More than keeping time, the motion of the gears would recycle the energy of the watch’s enchantments until the next time the owner wound it up. I set the pocket watch on my work table gently. Several soothing breaths later, I’d gotten my excitement under control. The Academy always taught us not to cast without centering ourselves and clamping down on any powerful emotions. Without a clear mind, too many things could go wrong with the enchantments. Screwing up an enchantment at work meant supervisors docking the wasted materials from our wages and replacing whatever magicked metal the flawed casting clung to. I didn’t have that luxury. Stealing all these pieces, even spaced out over months, risked my job and my casting privileges. I didn’t want to chance getting caught any more than necessary.
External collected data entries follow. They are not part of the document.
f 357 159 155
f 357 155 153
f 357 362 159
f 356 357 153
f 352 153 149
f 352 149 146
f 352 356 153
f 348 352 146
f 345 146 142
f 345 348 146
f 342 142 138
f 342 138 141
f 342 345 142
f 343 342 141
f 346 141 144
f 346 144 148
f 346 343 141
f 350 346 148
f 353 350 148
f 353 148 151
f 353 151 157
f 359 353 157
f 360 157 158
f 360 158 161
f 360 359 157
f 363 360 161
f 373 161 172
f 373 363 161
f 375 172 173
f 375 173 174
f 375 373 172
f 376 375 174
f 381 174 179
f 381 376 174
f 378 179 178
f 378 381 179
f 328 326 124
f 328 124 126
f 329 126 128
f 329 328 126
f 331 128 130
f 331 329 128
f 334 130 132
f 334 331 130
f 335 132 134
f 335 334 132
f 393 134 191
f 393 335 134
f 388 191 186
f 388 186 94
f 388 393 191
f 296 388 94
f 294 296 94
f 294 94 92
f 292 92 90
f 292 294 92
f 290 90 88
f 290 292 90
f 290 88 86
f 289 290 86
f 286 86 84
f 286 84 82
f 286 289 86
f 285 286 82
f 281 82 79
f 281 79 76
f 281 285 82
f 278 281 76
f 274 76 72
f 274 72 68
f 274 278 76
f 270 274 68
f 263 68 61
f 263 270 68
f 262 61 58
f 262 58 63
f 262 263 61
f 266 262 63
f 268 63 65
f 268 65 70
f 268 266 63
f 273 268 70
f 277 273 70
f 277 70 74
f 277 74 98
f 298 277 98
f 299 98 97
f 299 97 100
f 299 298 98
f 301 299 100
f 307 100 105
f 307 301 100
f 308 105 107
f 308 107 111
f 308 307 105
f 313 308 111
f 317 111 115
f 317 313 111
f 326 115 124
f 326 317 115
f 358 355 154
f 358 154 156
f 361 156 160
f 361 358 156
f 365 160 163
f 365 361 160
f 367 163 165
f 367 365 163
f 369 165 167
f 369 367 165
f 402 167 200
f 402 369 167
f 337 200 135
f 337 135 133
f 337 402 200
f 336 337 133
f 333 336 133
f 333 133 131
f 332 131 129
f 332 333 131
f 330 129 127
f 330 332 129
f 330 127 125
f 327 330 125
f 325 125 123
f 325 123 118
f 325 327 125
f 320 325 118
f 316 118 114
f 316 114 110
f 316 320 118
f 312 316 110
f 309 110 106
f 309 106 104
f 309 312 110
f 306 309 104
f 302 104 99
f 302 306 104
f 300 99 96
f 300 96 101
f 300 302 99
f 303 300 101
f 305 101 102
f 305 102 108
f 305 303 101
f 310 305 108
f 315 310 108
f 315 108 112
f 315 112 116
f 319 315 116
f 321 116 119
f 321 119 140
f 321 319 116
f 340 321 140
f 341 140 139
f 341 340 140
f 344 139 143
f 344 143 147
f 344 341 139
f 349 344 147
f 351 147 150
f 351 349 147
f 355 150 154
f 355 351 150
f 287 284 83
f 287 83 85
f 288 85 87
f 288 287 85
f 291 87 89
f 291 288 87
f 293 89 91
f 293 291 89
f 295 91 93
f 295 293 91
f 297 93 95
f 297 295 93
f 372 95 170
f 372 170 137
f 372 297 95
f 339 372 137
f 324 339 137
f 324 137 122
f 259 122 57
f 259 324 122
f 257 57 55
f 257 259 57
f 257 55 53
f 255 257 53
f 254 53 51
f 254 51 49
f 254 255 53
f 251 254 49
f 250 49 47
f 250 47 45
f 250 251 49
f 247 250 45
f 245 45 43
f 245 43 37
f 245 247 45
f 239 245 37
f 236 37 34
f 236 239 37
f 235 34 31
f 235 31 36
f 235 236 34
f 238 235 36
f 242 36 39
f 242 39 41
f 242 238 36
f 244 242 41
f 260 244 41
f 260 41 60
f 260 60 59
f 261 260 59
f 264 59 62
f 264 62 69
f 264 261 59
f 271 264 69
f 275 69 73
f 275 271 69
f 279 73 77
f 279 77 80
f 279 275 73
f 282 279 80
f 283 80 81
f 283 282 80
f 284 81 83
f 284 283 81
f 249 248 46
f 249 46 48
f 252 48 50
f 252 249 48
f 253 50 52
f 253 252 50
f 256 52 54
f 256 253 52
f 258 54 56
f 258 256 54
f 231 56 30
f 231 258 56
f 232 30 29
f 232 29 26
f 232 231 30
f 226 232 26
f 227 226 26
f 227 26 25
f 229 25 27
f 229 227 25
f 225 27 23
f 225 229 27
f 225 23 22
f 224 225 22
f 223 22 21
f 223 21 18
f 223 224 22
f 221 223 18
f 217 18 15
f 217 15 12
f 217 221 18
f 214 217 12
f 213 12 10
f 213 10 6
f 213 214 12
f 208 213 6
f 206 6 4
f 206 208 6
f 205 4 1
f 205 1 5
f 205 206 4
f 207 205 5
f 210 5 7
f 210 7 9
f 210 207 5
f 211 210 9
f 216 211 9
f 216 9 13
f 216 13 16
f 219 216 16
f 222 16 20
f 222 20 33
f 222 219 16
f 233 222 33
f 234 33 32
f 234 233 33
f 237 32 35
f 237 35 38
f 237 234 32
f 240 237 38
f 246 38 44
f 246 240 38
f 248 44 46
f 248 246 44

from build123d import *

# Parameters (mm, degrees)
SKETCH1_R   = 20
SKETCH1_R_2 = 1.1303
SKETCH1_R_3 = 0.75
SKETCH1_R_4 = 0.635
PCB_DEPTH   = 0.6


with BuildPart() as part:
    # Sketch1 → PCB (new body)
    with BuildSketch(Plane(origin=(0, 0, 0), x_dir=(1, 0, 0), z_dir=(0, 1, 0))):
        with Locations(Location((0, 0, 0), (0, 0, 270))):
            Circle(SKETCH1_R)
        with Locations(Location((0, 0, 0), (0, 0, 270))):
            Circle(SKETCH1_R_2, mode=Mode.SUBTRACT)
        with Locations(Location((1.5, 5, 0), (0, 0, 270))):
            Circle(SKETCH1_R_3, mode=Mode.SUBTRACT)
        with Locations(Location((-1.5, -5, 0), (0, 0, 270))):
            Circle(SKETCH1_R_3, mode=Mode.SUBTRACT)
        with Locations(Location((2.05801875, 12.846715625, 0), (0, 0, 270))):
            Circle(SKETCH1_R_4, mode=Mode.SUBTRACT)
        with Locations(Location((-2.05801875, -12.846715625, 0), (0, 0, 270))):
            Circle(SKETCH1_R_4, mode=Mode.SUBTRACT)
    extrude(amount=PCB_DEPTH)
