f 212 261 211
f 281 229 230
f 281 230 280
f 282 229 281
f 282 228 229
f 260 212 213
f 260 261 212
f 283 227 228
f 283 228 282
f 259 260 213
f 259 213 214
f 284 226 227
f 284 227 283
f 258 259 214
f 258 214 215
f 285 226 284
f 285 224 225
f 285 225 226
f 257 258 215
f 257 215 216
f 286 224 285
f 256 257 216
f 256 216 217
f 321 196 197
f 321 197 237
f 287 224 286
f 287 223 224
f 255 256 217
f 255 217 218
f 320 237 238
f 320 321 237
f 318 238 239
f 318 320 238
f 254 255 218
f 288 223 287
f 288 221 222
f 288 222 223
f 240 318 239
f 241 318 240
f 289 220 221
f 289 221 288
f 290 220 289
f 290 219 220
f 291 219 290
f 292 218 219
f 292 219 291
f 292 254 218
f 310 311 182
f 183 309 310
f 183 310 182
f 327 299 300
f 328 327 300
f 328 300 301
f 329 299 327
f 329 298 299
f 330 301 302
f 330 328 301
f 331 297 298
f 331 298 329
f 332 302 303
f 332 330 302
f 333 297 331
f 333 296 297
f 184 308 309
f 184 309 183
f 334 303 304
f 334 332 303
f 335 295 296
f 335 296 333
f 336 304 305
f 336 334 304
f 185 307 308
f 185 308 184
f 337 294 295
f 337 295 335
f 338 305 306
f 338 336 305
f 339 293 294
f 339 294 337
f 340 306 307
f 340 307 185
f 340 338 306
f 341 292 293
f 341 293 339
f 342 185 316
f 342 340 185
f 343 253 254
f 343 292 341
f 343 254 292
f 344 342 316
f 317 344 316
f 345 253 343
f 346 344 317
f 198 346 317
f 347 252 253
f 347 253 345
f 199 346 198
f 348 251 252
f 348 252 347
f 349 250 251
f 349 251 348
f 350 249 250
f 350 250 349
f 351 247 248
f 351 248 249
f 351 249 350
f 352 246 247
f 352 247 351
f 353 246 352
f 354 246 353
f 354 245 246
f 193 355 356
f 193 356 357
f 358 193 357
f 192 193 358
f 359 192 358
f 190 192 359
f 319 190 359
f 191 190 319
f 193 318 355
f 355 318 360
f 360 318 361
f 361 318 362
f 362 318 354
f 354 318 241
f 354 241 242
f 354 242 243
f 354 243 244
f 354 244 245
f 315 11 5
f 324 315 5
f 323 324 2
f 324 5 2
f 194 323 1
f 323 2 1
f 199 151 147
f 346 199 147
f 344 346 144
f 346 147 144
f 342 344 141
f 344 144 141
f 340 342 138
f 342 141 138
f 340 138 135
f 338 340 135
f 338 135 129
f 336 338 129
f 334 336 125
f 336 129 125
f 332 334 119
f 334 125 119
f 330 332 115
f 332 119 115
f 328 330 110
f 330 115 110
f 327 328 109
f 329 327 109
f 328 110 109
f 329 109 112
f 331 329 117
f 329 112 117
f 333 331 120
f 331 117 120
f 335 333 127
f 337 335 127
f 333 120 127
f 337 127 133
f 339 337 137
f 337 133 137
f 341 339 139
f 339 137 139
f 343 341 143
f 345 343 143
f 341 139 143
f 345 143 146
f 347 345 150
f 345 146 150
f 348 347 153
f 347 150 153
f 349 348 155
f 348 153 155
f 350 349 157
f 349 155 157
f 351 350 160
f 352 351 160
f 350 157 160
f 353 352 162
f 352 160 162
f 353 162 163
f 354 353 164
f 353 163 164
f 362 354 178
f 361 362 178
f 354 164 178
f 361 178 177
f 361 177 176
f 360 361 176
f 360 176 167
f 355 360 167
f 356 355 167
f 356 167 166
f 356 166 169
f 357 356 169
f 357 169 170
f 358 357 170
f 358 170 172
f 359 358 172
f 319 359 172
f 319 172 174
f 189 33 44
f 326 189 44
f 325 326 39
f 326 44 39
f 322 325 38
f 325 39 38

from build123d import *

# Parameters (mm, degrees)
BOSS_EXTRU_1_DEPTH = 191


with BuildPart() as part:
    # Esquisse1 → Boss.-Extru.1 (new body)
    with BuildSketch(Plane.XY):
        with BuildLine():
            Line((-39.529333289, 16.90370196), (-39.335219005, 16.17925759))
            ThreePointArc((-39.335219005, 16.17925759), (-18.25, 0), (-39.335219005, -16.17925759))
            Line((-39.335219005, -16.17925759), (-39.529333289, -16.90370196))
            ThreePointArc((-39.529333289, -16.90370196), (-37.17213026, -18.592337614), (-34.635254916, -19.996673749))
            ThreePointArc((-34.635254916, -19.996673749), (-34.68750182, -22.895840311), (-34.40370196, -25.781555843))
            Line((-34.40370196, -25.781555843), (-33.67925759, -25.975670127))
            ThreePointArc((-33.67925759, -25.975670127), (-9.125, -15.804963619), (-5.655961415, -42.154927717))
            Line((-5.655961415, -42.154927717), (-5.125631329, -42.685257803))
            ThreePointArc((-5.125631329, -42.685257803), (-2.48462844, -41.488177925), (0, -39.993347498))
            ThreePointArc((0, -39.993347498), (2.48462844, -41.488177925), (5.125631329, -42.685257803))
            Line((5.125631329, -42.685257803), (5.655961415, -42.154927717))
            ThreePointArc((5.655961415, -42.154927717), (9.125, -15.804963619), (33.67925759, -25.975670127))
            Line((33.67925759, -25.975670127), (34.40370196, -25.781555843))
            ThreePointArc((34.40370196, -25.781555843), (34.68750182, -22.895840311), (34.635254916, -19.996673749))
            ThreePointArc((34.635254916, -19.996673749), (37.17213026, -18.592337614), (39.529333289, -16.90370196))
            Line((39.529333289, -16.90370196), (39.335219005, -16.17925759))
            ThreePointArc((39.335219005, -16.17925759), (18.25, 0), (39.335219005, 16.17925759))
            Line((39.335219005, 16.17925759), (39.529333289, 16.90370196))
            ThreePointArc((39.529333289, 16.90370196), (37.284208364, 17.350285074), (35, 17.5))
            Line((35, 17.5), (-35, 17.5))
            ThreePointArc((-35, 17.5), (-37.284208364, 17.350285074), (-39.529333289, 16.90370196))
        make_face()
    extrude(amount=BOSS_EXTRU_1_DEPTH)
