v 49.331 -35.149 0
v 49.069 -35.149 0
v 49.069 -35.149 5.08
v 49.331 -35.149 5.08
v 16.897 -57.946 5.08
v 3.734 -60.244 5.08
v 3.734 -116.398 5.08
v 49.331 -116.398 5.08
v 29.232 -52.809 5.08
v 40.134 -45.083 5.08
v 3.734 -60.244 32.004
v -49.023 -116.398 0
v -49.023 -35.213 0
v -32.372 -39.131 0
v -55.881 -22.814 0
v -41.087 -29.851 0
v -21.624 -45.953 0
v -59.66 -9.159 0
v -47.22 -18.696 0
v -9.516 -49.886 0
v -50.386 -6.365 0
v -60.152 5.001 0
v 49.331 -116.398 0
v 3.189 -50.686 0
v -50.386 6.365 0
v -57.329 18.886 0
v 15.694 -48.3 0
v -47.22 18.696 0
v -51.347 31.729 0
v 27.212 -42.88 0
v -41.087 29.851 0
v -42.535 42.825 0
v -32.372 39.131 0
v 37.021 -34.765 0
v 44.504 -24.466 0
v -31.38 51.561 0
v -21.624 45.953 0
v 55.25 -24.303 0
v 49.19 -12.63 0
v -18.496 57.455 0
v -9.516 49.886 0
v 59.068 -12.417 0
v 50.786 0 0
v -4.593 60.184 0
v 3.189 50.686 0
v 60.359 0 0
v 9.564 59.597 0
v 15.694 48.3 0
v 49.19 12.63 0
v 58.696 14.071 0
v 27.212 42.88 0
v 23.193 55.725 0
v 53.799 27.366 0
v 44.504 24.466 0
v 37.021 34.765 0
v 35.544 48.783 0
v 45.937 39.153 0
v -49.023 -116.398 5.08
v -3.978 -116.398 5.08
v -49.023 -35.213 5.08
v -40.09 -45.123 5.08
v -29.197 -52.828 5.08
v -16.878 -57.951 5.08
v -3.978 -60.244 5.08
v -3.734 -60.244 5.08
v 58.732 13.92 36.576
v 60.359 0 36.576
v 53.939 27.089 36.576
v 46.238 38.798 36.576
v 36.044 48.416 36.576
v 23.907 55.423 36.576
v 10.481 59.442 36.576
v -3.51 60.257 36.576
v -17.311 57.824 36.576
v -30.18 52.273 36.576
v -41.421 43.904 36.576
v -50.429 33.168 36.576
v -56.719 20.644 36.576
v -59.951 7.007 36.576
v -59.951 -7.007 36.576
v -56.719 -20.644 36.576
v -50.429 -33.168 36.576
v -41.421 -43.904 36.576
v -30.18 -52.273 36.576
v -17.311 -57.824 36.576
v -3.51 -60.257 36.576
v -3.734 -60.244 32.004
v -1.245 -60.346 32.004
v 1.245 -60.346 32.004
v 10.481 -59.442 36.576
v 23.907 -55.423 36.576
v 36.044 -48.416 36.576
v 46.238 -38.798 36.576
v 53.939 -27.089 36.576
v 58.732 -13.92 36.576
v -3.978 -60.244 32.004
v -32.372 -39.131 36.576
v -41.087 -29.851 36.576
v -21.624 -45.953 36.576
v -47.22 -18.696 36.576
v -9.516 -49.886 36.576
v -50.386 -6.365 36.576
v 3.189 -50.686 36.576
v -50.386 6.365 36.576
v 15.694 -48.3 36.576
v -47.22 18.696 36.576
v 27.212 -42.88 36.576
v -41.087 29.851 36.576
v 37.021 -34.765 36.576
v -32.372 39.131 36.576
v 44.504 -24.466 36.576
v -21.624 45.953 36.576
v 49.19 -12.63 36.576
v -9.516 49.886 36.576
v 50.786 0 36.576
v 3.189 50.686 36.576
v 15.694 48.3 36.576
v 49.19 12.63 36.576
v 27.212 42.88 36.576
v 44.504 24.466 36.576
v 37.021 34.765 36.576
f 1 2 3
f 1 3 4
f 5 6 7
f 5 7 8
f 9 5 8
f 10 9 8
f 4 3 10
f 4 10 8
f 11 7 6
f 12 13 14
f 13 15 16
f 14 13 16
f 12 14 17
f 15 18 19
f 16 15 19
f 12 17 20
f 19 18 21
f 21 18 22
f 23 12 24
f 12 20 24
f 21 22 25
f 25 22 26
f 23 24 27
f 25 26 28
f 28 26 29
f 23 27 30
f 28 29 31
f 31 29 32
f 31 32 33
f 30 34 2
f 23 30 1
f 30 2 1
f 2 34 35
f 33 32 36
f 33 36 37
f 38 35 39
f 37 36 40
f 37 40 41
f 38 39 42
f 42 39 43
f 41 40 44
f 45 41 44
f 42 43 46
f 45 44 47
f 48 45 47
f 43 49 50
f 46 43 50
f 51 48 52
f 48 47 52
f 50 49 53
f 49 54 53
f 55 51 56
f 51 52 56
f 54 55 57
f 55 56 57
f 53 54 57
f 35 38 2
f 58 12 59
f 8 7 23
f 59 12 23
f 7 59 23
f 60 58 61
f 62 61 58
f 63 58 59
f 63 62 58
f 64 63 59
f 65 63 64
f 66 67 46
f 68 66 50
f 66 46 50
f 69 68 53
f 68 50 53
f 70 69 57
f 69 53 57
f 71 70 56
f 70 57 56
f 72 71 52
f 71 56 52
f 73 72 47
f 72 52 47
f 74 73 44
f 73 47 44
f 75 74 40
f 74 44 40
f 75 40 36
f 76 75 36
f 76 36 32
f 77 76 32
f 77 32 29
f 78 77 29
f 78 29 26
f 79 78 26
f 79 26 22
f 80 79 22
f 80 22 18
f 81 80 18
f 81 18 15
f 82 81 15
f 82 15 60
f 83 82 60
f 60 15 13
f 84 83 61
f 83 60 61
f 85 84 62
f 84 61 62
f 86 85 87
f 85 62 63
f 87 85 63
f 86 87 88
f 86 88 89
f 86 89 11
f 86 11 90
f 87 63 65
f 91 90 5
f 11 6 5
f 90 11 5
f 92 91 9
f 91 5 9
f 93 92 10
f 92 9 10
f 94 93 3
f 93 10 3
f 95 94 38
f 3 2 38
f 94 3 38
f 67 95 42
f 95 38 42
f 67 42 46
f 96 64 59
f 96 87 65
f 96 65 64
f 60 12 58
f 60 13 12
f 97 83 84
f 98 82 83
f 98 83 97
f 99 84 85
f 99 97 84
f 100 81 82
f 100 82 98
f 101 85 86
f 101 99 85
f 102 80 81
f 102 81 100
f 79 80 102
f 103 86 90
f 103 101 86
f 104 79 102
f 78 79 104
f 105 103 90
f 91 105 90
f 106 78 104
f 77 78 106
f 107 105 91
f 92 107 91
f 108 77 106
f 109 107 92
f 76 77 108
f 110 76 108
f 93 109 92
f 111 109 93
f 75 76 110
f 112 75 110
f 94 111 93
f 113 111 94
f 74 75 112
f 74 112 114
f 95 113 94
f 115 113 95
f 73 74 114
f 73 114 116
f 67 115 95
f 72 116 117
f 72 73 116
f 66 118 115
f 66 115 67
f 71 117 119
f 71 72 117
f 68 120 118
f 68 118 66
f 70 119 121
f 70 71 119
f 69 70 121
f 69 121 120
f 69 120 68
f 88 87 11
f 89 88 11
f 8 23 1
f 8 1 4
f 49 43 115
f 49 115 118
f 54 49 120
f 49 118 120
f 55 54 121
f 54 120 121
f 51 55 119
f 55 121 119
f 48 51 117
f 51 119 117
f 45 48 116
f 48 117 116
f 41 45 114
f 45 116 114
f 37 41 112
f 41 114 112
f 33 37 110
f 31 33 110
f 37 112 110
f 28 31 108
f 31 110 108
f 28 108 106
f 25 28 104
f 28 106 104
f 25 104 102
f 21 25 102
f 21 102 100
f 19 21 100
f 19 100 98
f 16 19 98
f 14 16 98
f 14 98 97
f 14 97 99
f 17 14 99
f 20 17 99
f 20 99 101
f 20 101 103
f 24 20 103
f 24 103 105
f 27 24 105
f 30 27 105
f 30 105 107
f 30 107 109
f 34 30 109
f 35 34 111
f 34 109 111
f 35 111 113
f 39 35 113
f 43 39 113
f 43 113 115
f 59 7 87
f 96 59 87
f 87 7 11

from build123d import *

# Parameters (mm, degrees)
F0_R      = 60.3592367884
F1_DEPTH  = 36.576
F2_W      = 98.3545593917
F2_H      = 66.0087950528
F3_DEPTH  = 5.08
F4_R      = 50.7859823722
F5_DEPTH  = 63.754
F6_DEPTH  = 15.24
F8_DEPTH  = 26.924
F10_DEPTH = 61.722


with BuildPart() as f1:
    # F0 (on Top) → F1 (new body)
    with BuildSketch(Plane.XY):
        Circle(F0_R)
    extrude(amount=F1_DEPTH)

    # F2 (on Top) → F3 (join)
    with BuildSketch(Plane.XY):
        with Locations((0.1538116485, -68.1532975286)):
            Rectangle(F2_W, F2_H)
    extrude(amount=F3_DEPTH)

    # F4 (on face) → F5 (cut)
    with BuildSketch(Plane.XY.offset(36.576)):
        Circle(F4_R)
    extrude(amount=-F5_DEPTH, mode=Mode.SUBTRACT)

    # F6 (add): a face of the model
    f6_faces = [f1.faces().sort_by_distance(p)[0] for p in [
        (0.1538116485, -101.157695055, 2.54),
    ]]
    extrude(f6_faces, amount=F6_DEPTH)

    # F7 (on face) → F8 (join)
    with BuildSketch(Plane.XY.offset(5.08)):
        with BuildLine():
            Line((-3.9780647494, -60.2436316555), (-3.9780647494, -116.397695055))
            Line((-3.9780647494, -116.397695055), (3.7339403637, -116.397695055))
            Line((3.7339403637, -116.397695055), (3.7339403637, -60.2436316555))
            ThreePointArc((3.7339403637, -60.2436316555), (0, -60.3592367884), (-3.7339403636, -60.2436316555))
            Line((-3.7339403636, -60.2436316555), (-3.9780647494, -60.2436316555))
        make_face()
    extrude(amount=F8_DEPTH)

    # F9 (on face) → F10 (cut)
    with BuildSketch(Plane.YZ.offset(3.7339403637)):
        Polygon((-116.397695055, 32.004), (-116.397695055, 5.08), (-60.2436316555, 32.004), align=None)
    extrude(amount=-F10_DEPTH, mode=Mode.SUBTRACT)


solid = f1.part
I spent the next hour and a half chanting and tracing sigils in the air. The numeral one on the watch’s face glowed from start to finish. After the last bit of light faded from the number, I picked the watch up and went to the mirror. I took a deep breath, turned the casting hand to 1 o’clock, and activated the spell. I vanished from the mirror. It worked! I still stood directly in front of the glass, but it reflected the workshop wall behind me. My reflection reappeared when I deactivated the magic. I set the pocket watch safely on the table and stepped back before breaking into a celebratory dance. I couldn’t help myself. One spell down, but no watch on the market could make its owner invisible. Even if I put standard spells on all the other numbers, it would still be a totally unique item. I put the watch in my safe and went to bed, spent but overjoyed. It wouldn’t be long now.